Los mitayos de Potosí.


Soy uno de tantos en la mita. Cada seis años me manda el cacique, con mis huesos, a masticar el Cerro Rico de Potosí. Uno entero de cada seis, cada seis de por vida.

Soy carne de galería, con la luz de mi tenue vela y este maltrecho cuerpo de indio chico, subo las estrechas grutas con el petate cargado a mi espalda.

Dentro de la tierra; los sudores, los vapores, el aire rancio preñado de bilis vomitadas.
Voy subiendo la cuesta, entre la maraña de las pobres almas, la espalda es un gris patíbulo de calamidades, el calor asfixiante. Y cuando por fin salgo fuera, en la cima, el gélido viento glacial de las alturas, con su fino cuchillo, esperando comerse este sudor y esta salud maltratada.

Los días son infinitos, el tiempo un recuerdo olvidado. Me quedan muchos meses de mita. Tengo que resistir. Ellos me esperan cada noche a los pies de la montaña. Necesito sus sonrisas ingenuas de futuros mitayos. De apiris entre tinieblas o mortiris en los ingenios.
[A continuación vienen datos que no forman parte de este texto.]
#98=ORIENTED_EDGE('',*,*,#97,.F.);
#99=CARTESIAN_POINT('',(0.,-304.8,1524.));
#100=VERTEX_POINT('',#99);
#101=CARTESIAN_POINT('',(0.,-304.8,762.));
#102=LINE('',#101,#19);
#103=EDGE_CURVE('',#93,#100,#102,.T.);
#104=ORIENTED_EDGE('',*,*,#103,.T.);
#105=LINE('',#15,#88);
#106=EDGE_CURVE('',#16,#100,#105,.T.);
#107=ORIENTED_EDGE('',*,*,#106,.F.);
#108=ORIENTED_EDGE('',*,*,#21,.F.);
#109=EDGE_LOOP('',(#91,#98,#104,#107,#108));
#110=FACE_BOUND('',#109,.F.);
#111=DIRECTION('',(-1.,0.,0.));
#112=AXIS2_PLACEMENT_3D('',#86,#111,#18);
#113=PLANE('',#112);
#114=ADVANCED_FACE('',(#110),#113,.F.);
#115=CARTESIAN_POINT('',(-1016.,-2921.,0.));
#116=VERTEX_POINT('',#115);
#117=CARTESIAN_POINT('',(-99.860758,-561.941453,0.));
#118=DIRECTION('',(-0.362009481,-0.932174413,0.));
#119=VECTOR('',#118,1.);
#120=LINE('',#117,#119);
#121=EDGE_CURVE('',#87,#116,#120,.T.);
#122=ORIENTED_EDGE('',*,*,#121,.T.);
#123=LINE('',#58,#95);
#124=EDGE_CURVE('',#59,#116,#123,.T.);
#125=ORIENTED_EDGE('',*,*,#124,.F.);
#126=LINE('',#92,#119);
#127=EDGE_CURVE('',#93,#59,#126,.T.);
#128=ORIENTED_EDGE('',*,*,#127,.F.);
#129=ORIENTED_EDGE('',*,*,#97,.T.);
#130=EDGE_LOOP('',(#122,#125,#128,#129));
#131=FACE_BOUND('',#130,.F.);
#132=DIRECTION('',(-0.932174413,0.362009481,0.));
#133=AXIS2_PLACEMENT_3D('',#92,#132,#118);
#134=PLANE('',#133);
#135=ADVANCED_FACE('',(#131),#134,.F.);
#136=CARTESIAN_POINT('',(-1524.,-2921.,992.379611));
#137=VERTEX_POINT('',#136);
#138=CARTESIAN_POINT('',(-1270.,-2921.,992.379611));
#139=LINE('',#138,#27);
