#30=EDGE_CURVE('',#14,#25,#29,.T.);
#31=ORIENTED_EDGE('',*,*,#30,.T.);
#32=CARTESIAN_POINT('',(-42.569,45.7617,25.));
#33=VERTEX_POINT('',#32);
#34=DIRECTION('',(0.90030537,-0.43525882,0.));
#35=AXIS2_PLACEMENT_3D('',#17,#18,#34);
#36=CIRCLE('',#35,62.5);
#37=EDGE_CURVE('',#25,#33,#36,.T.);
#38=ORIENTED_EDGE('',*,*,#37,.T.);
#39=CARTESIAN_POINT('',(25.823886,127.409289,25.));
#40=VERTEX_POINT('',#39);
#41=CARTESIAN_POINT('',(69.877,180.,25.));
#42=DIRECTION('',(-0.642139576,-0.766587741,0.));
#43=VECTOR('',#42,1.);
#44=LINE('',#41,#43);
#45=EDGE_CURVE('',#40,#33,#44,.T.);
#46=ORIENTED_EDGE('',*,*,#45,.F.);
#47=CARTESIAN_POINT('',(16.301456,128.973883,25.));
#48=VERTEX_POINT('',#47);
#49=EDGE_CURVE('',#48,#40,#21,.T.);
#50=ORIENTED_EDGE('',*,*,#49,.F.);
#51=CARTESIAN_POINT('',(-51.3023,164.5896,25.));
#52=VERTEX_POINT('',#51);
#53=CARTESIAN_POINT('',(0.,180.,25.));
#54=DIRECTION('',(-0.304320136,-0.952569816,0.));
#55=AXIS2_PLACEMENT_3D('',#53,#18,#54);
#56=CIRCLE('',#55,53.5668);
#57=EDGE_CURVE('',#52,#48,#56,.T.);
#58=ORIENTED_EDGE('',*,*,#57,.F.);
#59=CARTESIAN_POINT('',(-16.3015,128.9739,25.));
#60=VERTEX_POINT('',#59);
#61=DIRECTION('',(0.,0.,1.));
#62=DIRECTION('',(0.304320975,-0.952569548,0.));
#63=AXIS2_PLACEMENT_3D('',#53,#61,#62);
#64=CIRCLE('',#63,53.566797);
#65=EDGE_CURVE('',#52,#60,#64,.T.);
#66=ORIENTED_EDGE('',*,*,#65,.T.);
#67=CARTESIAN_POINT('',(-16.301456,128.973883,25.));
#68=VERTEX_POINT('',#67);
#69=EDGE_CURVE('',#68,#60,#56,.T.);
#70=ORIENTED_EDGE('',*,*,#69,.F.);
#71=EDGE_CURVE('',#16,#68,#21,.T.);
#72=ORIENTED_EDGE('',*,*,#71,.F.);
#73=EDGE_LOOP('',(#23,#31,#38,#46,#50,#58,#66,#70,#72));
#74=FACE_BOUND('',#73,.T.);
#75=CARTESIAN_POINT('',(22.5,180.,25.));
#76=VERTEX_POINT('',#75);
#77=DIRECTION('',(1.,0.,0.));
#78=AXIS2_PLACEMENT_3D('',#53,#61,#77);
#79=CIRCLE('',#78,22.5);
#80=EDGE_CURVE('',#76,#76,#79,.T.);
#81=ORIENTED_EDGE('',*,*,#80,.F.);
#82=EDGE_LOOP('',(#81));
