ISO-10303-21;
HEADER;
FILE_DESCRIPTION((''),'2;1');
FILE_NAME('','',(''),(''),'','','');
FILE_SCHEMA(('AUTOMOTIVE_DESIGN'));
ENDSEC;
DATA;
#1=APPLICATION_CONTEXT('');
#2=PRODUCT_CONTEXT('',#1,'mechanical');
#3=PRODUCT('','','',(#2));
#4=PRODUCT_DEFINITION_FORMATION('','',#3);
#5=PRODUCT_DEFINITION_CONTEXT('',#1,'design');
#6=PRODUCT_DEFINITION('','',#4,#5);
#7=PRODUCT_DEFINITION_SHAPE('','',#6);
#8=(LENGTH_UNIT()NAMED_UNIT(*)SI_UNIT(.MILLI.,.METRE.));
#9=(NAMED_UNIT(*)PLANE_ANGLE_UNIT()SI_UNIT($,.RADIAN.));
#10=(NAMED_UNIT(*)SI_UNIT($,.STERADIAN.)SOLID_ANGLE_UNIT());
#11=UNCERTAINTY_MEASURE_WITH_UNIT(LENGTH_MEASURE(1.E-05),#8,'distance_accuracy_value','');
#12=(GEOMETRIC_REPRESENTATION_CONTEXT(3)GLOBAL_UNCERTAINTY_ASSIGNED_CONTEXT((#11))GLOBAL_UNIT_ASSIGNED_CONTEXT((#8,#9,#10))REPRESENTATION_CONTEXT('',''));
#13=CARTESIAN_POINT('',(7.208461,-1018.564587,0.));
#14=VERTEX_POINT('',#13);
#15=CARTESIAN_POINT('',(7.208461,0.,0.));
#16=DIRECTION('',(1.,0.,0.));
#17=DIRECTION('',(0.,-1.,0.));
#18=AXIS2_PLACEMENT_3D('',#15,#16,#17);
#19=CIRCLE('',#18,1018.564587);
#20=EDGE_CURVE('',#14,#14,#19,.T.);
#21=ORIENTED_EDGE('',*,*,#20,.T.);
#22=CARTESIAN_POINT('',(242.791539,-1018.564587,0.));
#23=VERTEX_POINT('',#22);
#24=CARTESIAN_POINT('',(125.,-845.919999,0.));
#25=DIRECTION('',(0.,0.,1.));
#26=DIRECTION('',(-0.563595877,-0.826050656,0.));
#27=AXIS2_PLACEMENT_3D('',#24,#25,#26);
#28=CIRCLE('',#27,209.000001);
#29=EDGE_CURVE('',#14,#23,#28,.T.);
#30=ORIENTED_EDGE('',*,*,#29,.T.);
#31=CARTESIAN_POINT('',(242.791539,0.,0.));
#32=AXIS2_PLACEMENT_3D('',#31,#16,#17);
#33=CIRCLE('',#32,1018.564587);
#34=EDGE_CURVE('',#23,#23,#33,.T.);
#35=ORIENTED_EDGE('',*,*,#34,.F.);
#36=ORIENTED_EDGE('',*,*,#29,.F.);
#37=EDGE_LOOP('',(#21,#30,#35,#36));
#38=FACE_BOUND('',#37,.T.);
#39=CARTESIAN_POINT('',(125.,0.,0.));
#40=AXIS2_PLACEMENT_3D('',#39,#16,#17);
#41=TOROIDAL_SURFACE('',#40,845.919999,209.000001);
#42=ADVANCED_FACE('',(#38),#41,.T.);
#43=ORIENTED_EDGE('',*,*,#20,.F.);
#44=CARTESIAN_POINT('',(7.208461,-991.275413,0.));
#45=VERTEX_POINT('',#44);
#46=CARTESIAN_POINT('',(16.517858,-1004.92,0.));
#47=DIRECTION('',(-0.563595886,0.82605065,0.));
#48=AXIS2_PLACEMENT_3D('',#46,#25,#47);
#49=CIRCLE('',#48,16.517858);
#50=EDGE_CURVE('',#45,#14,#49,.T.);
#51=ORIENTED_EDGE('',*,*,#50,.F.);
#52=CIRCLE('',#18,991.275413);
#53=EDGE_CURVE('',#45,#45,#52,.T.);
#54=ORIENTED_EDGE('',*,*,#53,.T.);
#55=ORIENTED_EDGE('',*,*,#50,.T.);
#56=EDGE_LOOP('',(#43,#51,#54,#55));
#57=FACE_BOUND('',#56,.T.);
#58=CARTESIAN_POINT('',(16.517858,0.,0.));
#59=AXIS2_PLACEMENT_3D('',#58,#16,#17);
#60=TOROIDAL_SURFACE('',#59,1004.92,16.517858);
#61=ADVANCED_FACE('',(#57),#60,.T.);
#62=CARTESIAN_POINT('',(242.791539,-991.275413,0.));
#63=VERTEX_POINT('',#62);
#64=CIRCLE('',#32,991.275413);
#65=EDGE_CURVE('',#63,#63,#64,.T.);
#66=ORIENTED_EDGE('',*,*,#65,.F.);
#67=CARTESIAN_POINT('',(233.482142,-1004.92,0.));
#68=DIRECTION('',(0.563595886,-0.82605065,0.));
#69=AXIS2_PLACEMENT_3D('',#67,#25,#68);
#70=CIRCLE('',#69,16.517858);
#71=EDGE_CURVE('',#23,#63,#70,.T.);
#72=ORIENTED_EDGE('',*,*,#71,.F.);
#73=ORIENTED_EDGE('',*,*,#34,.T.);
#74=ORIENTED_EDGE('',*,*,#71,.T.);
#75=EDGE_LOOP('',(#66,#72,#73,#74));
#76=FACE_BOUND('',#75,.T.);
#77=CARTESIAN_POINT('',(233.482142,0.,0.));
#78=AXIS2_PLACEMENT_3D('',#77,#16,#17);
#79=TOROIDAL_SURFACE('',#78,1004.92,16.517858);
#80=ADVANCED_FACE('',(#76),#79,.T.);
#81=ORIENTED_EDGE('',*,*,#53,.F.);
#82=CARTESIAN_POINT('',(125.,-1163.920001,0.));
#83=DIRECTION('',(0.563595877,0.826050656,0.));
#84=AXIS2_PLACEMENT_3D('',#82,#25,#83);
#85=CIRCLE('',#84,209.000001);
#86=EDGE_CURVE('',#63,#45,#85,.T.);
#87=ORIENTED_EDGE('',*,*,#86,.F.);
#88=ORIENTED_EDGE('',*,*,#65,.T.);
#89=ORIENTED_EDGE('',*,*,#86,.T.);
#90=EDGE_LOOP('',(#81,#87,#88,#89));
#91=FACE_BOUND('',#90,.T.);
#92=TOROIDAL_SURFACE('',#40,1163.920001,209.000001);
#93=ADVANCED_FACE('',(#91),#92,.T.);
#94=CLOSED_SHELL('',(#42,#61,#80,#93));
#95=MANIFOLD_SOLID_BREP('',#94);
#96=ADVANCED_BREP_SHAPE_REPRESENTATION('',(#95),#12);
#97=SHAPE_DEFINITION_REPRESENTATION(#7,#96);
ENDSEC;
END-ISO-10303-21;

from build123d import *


with BuildPart() as part:
    # Sketch → Revolution (revolve)
    with BuildSketch(Plane.XY):
        with BuildLine():
            ThreePointArc((7.208461, -991.275413), (0, -1004.92), (7.208461, -1018.564587))
            ThreePointArc((7.208461, -1018.564587), (125, -1054.92), (242.791539, -1018.564587))
            ThreePointArc((242.791539, -1018.564587), (250, -1004.92), (242.791539, -991.275413))
            ThreePointArc((242.791539, -991.275413), (125, -954.92), (7.208461, -991.275413))
        make_face()
    revolve(axis=Axis((0, 0, 0), (1, 0, 0)))


solid = part.part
Y aun sabiendo que en los ingenios los vapores de mercurio envejecen a los indios fuertes, que salen, al poco tiempo, sin pelos, sin dientes, temblando y moribundos.

Mañana los barcos partirán cargados a Sevilla. Otra tonelada más. Y se olvidarán para siempre de nuestro reseco pellejo. Tendrán lo que quieren, la Plata. Atrás dejarán la escoria, los indios del cerro, esos que mueren bajo el látigo del capataz, por la pulmonía de las alturas, por los tóxicos, o de tristeza.

Allí en Europa, el señor Carlos V, “emperador de Alemania, España y de los Reinos del Perú, en nombre del Padre, del Hijo y del Espíritu Santo”, recibirá este metal por el que mi pueblo muere, y con él sufragará guerras por sillones, anexionará tierras, reinos, moverá fronteras, comprará las vidas de otros mortales, cuales peones de sus crueles juegos de mesa.
Ellos son los señores, los dueños del mundo, los elegidos por Dios para colocar a cada cual en su sitio.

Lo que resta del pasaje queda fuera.